Tanık olduğumuz bu dönüşüm esasında gerek küresel ölçekte gerek ülke ölçeğinde mimarlık pratiğinin karşı karşıya kaldığı gerçek sınırlarla ve tıkanmalarla uğraşmak yerine mesleki sorumluluktan kaçmaktan ibaret. Bu kaçışta yükleri azaltmak için yalnız meslek etiği değil, mimarlık pratiğinin 20. yüzyıl boyunca geliştirdiği çözüm teknikleri ve kavramsallaştırma araçları da terk ediliyor. Elbette bu bir geçiş dönemi. Bu pratiklerin sürdürülemezliği ortada. Bu dönüşümün açmazı mimarlığın kozmetikleştirilmesinin mimarlığı vazgeçilebilir kılması.

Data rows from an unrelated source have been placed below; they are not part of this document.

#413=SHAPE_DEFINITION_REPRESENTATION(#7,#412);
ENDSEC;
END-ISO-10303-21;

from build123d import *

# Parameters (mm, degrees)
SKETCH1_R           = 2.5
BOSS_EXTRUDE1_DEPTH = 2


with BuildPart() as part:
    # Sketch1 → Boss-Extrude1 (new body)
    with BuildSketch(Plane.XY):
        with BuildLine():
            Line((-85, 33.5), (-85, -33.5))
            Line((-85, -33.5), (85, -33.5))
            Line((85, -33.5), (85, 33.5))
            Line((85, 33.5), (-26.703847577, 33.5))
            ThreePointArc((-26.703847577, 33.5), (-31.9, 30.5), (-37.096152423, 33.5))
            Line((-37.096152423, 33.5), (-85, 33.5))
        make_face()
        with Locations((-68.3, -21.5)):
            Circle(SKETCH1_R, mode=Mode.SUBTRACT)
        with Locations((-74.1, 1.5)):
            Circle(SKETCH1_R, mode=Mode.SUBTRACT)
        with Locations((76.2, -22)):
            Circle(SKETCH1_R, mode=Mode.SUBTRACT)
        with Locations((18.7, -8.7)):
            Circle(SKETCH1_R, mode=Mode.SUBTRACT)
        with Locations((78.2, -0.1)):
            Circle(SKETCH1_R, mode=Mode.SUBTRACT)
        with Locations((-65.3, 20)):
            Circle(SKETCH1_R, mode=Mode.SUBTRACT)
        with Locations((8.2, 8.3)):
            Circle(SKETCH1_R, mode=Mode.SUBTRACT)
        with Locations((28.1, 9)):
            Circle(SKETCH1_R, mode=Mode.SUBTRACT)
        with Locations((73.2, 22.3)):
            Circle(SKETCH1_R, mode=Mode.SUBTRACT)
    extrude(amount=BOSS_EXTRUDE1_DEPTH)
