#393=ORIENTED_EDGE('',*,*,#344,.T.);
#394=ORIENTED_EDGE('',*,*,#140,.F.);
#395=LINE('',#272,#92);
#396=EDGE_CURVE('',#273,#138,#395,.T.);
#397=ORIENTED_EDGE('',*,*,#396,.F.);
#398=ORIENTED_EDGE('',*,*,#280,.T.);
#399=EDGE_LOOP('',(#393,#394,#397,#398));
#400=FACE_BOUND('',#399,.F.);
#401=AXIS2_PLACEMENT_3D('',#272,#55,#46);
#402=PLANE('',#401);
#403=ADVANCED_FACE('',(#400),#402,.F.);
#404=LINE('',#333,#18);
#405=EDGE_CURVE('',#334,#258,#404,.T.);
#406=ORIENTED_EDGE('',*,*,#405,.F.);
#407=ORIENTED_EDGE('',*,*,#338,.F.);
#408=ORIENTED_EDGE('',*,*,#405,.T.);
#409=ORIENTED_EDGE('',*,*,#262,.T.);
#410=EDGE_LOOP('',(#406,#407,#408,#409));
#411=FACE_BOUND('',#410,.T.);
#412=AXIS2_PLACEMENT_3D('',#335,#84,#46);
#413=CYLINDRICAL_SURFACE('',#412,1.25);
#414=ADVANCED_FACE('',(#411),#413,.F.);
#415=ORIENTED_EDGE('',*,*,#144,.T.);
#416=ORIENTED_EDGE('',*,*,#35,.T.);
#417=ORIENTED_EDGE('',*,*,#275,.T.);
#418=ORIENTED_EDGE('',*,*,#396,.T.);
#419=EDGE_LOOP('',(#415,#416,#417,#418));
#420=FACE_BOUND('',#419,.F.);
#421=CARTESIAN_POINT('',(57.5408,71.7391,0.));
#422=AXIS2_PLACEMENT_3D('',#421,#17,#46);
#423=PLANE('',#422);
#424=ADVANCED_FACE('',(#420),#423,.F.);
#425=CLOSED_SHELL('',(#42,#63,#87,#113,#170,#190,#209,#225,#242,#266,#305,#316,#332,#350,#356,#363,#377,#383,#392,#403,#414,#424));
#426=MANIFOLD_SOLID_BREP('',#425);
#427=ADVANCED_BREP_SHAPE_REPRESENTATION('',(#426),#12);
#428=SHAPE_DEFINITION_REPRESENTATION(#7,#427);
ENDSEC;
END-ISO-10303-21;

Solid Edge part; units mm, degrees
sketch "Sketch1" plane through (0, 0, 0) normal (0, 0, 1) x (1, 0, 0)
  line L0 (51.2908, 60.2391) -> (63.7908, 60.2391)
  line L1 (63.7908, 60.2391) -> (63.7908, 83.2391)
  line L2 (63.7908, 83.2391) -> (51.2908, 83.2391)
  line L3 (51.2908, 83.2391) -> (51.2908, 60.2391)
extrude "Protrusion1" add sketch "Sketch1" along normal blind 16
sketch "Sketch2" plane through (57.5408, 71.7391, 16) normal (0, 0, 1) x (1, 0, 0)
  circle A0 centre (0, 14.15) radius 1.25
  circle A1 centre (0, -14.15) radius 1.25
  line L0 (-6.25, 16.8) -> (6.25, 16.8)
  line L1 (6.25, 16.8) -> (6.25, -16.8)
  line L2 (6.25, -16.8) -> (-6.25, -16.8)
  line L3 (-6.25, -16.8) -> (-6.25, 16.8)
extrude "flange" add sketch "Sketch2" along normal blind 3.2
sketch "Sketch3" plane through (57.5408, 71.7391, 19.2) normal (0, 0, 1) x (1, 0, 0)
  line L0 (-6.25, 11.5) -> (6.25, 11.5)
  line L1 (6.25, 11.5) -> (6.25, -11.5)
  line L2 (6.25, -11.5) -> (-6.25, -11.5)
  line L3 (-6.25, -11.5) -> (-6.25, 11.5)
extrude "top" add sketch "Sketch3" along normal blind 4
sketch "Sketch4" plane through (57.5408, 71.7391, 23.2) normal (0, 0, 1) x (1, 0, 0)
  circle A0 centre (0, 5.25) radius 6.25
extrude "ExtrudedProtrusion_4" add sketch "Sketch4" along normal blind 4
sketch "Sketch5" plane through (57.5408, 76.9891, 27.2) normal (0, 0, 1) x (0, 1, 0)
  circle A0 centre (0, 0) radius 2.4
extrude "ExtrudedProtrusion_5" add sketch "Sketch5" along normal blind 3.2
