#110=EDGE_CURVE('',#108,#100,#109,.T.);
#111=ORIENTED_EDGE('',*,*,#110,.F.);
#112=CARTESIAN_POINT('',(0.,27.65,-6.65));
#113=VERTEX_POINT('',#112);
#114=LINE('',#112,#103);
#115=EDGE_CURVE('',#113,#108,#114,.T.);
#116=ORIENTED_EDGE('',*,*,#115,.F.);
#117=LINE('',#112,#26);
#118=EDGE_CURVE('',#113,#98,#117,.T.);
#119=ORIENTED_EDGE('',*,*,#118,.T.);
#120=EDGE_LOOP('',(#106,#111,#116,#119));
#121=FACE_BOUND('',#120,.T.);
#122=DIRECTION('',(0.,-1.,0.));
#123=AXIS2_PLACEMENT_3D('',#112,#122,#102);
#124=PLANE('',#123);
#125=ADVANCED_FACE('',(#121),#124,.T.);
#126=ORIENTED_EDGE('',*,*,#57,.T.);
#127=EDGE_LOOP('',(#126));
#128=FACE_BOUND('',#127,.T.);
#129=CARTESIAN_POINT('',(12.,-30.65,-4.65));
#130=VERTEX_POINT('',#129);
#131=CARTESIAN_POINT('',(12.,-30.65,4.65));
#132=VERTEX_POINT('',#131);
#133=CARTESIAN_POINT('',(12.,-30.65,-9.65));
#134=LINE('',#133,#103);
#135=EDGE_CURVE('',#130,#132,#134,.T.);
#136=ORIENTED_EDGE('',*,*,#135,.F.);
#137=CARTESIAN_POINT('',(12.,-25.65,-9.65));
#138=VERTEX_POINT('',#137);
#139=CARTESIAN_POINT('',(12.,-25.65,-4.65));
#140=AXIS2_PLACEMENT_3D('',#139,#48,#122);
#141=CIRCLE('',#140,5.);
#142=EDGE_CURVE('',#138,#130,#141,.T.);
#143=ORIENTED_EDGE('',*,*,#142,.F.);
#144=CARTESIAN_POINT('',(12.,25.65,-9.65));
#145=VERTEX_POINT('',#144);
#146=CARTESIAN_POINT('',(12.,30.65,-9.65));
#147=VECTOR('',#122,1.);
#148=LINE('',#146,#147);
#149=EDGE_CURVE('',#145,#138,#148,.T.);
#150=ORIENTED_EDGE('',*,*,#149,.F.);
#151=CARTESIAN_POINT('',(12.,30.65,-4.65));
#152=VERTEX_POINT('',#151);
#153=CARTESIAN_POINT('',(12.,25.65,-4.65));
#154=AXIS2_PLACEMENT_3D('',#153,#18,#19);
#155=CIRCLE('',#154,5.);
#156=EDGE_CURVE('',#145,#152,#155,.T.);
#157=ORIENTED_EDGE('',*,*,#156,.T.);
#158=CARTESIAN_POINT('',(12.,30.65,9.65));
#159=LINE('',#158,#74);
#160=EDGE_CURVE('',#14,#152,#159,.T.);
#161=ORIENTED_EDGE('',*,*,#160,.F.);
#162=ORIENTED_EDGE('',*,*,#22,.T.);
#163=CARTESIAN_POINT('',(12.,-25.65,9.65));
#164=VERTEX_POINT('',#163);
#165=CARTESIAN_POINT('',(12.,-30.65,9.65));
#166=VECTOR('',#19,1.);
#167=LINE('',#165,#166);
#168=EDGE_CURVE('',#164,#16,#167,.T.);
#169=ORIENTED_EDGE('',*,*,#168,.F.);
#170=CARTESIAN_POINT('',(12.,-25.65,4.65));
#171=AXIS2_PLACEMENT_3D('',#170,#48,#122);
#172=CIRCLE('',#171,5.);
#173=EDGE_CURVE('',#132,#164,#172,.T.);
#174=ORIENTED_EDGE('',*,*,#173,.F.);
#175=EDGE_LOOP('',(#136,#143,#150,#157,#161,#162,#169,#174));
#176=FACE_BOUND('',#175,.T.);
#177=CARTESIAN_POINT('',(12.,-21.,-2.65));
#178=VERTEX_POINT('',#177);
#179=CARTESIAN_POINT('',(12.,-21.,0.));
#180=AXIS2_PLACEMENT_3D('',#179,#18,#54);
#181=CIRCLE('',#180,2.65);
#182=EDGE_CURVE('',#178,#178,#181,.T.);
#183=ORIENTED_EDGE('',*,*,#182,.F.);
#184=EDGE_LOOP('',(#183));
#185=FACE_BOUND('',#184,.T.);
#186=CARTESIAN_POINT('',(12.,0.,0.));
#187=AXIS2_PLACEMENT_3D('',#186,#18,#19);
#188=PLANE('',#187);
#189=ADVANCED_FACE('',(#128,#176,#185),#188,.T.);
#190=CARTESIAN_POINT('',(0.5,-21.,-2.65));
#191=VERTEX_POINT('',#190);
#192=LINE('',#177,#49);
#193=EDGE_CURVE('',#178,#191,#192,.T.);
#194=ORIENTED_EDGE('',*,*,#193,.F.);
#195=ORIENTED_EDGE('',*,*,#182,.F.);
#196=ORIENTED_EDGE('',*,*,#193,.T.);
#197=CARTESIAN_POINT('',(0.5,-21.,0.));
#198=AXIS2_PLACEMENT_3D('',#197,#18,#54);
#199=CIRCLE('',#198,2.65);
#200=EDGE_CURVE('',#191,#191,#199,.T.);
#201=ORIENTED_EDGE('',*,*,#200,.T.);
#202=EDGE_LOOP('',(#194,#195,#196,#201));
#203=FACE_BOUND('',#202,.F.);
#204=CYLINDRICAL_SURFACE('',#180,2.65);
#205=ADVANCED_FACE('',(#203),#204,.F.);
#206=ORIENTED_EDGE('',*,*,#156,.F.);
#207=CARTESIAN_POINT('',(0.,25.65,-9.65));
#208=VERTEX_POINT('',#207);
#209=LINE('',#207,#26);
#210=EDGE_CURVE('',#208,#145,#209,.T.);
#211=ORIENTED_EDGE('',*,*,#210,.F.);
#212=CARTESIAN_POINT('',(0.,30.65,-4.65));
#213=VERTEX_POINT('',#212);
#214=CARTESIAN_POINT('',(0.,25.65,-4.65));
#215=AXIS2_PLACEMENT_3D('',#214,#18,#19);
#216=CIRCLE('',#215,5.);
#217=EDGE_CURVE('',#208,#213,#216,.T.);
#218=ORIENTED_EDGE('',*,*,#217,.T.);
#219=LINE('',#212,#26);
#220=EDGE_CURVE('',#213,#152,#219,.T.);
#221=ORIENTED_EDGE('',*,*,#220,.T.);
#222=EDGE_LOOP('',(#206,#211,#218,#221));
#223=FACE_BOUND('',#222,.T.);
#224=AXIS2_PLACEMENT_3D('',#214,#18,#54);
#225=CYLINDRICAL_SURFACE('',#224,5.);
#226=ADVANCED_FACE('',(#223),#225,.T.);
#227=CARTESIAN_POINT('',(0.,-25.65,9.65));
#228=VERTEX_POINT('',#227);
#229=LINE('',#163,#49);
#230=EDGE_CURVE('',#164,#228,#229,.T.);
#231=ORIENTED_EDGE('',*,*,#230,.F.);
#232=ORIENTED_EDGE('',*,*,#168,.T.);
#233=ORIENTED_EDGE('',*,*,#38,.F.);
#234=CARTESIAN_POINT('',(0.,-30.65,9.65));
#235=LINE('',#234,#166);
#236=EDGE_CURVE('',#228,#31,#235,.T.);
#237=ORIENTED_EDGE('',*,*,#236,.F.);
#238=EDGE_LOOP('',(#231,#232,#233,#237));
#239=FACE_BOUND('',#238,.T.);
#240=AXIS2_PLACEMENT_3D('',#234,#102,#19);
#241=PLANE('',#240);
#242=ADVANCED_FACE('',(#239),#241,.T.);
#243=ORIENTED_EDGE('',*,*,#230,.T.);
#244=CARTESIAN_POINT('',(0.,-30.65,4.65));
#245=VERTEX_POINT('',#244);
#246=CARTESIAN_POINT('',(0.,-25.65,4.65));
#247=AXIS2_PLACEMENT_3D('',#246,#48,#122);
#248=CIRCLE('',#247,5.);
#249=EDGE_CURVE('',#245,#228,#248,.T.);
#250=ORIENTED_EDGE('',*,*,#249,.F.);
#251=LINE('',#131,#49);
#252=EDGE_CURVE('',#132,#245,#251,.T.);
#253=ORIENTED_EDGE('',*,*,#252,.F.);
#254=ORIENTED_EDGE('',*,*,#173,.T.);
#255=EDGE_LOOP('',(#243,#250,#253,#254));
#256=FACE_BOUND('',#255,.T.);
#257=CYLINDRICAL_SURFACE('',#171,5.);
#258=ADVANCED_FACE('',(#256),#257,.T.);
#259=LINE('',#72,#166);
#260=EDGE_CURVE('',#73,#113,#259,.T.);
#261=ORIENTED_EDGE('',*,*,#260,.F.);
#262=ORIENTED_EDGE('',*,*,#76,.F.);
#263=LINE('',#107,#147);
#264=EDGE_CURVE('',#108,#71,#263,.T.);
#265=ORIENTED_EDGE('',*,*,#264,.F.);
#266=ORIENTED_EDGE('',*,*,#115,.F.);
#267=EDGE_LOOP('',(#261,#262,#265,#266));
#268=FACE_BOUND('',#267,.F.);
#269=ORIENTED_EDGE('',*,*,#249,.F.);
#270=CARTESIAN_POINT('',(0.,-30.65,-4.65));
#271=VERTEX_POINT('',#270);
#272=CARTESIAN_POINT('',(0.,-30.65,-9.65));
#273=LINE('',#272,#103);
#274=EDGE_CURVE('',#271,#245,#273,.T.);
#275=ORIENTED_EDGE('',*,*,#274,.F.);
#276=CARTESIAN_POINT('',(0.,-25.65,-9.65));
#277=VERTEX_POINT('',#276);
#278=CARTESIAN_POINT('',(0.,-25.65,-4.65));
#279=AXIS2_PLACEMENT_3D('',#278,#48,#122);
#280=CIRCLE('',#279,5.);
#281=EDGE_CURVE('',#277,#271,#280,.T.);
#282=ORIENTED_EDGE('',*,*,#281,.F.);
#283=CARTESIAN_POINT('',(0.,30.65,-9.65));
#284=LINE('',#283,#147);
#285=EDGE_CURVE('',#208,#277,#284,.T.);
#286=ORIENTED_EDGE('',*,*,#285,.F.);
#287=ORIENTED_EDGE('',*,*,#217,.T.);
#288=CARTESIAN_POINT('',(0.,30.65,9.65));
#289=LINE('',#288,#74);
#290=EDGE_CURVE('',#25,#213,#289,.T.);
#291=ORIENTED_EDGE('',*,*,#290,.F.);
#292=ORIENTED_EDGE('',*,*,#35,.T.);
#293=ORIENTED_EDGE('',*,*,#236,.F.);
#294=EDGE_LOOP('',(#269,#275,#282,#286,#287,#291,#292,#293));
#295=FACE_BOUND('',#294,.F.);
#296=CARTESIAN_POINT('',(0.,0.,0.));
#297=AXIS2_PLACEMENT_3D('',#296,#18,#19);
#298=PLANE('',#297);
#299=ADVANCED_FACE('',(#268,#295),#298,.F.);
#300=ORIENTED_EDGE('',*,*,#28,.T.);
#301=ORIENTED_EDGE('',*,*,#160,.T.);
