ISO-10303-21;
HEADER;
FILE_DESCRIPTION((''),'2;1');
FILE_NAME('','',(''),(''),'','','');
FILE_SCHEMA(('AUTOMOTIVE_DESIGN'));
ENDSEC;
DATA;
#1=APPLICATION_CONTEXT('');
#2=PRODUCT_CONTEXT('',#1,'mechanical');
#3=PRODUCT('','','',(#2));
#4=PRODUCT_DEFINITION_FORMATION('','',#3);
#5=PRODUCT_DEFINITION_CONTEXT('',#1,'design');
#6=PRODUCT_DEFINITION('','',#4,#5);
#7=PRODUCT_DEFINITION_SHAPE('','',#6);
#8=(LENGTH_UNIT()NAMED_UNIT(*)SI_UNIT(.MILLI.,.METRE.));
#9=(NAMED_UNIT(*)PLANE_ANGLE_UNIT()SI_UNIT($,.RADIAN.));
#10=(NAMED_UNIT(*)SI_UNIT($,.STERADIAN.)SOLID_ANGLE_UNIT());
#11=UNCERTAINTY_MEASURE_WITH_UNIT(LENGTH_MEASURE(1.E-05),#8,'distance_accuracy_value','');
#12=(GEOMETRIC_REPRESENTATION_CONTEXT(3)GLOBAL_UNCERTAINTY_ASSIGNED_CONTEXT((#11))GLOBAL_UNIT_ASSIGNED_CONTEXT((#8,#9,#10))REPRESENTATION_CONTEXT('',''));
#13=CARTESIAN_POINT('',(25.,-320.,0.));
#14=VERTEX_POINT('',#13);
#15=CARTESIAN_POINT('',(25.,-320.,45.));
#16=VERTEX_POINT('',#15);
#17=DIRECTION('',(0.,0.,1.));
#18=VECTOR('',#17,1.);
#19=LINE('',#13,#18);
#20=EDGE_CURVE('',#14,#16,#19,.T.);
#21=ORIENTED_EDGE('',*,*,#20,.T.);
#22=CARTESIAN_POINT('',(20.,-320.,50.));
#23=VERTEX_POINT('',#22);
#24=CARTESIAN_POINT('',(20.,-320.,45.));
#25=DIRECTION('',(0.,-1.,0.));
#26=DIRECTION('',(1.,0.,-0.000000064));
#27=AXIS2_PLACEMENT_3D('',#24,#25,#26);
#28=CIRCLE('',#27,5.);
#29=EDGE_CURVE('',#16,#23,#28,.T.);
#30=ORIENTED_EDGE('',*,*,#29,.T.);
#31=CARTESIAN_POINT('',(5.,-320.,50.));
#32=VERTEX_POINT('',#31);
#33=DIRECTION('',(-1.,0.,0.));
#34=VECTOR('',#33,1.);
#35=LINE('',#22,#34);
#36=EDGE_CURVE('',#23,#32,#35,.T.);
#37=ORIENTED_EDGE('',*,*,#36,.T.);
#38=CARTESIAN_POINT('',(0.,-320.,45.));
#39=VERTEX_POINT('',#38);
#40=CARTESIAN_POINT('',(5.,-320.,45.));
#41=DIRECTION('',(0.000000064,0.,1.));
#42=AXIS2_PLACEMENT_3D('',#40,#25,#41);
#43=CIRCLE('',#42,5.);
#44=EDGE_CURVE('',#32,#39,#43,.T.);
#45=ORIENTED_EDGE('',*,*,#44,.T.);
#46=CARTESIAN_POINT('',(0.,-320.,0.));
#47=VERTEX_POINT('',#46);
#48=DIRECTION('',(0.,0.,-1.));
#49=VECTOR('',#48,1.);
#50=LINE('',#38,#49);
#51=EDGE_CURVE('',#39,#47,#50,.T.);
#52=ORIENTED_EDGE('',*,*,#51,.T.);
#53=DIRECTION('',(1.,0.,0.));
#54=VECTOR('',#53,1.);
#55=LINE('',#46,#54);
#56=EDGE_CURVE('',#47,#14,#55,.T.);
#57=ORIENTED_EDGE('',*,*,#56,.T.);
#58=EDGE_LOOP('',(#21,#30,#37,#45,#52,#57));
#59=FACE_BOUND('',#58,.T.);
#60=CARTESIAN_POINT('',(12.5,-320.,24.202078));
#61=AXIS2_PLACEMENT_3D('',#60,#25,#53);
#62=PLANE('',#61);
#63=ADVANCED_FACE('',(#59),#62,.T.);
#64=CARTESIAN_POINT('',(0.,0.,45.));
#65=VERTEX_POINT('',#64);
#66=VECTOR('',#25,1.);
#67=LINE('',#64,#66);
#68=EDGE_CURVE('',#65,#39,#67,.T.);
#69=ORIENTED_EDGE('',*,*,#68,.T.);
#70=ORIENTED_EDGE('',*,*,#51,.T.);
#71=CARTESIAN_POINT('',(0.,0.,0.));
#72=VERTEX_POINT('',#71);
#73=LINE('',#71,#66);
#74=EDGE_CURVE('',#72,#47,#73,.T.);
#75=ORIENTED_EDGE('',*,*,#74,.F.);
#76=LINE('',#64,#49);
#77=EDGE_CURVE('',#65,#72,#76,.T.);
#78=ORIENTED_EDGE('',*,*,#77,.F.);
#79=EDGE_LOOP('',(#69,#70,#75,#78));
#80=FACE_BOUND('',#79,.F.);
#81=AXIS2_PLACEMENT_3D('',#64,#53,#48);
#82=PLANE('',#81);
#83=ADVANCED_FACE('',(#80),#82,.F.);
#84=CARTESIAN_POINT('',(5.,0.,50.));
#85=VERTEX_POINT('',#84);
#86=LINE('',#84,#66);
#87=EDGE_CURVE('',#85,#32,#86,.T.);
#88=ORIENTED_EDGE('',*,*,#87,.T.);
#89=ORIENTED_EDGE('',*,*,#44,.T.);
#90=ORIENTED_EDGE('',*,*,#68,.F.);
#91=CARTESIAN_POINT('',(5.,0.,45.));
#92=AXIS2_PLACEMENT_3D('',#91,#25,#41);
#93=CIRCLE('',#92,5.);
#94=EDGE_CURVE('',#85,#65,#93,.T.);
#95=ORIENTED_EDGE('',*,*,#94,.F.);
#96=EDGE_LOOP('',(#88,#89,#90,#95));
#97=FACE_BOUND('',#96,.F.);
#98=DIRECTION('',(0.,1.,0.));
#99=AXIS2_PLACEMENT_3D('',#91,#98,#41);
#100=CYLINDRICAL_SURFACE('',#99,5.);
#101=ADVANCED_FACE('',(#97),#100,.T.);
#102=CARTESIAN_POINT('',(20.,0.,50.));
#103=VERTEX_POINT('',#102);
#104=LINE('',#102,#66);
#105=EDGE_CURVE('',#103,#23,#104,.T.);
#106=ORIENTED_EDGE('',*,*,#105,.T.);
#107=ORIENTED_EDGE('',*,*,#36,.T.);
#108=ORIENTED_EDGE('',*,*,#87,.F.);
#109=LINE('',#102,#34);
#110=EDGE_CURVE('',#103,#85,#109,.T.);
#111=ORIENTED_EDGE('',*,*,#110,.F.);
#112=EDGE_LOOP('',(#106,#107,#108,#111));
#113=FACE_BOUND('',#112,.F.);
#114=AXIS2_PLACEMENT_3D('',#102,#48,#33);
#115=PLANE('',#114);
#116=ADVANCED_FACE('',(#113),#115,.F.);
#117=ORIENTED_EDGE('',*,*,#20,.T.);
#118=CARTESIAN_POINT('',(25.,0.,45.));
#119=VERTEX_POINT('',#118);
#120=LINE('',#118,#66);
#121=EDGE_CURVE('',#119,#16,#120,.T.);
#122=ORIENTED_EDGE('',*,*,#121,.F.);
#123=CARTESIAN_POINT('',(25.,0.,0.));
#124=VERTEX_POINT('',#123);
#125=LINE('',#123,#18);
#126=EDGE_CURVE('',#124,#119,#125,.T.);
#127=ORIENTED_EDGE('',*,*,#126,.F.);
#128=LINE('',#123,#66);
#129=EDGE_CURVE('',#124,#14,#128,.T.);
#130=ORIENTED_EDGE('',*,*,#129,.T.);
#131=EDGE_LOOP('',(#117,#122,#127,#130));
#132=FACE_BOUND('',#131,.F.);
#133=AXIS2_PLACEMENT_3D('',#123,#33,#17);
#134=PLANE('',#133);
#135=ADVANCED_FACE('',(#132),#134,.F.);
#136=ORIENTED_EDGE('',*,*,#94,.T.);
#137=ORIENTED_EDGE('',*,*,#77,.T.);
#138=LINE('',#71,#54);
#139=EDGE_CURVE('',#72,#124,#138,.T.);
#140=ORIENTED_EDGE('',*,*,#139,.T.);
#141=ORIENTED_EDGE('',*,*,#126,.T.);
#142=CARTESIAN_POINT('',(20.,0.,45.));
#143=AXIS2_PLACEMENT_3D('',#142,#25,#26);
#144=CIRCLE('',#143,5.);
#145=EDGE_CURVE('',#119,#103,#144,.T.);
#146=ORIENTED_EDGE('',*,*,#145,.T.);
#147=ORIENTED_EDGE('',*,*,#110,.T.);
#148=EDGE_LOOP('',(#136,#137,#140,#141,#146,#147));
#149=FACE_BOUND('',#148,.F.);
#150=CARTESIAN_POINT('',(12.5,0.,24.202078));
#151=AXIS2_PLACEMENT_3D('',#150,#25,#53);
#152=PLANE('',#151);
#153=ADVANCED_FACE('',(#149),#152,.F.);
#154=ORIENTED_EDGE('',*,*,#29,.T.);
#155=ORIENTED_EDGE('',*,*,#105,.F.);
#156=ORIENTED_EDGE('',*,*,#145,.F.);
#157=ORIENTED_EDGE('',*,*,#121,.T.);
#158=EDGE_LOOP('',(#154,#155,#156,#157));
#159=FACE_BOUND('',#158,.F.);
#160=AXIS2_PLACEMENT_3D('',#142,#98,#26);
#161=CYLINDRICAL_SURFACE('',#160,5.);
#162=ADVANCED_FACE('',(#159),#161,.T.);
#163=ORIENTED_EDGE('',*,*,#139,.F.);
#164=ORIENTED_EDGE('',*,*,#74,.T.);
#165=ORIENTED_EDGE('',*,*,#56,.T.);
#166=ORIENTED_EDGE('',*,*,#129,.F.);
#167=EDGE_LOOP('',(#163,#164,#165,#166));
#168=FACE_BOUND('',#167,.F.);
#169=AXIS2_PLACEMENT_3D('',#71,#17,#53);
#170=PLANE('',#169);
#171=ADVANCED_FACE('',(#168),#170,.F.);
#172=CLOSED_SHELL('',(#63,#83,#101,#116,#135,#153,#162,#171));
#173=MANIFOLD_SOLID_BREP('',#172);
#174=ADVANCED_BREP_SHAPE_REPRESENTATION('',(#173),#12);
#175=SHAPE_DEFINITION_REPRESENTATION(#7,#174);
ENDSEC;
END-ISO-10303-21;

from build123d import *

# Parameters (mm, degrees)
F1_DEPTH = 320


with BuildPart() as f1:
    # F0 (on Front) → F1 (new body)
    with BuildSketch(Plane.XZ):
        with BuildLine():
            Line((0, 45), (0, 0))
            Line((0, 0), (25, 0))
            Line((25, 0), (25, 45))
            ThreePointArc((25, 45), (23.535534, 48.535534), (20, 50))
            Line((20, 50), (5, 50))
            ThreePointArc((5, 50), (1.464466, 48.535534), (0, 45))
        make_face()
    extrude(amount=F1_DEPTH)


solid = f1.part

MİMARLIĞIN VAZGEÇİLMEZLİĞİ

Yaşanılabilir bir kentsel dokunun elde edilmesi, kent etkinliklerinin sağlam, kullanışlı ve güzel yapılarda barındırılması mimarlıksız mümkün değil. Ama bu dönüşen, başkalaşan mimarlık pratiği ile de mümkün değil. Çıkış yolu mimarlığa talebin örgütlenmesi. Yatırımcıların, pazarlamacıların değil kullanıcıların etkin olacağı bir yapı üretiminin örgütlenmesi. Yeni yapılaşma için 80’li yıllarda çürütülen kooperatif fikrinin diriltilmesi. Kentsel sorunların çözümü için kent (semt) sakinlerinin girişim kanallarının açılması. Kentsel dönüşüm yağmacılarına fikri direnişin örgütlenmesi. Galataport ve İstanbul AKM mücadelelerinde filizlenen kitlesel mimari karşı koyuşun yaygınlaştırılması. Mimarlık yeniden sorumluluk duygusu ve vizyon yaratıcılığı ile teçhiz edilmedikçe ve yapı kullanıcıları ve kent sakinleri ile birliktelik kurmadıkça bu dönüşüm denilen krizi aşamaz.
Dönüşümün yerleşmesi – krizin aşılamaması durumunda mimari pratik mikro bağlamlara sıkışarak sönecek; mimarlık da geniş kitleler için yaşamsal anlamı olmayan ancak sergi konusu olabilen bir görsel sanata indirgenecek. Orta Çağ’a geri dönmemek için mimarlık vazgeçilmez. Vazgeçilmez bir mimari pratik için ise yeni bir dönüşüm gerekli.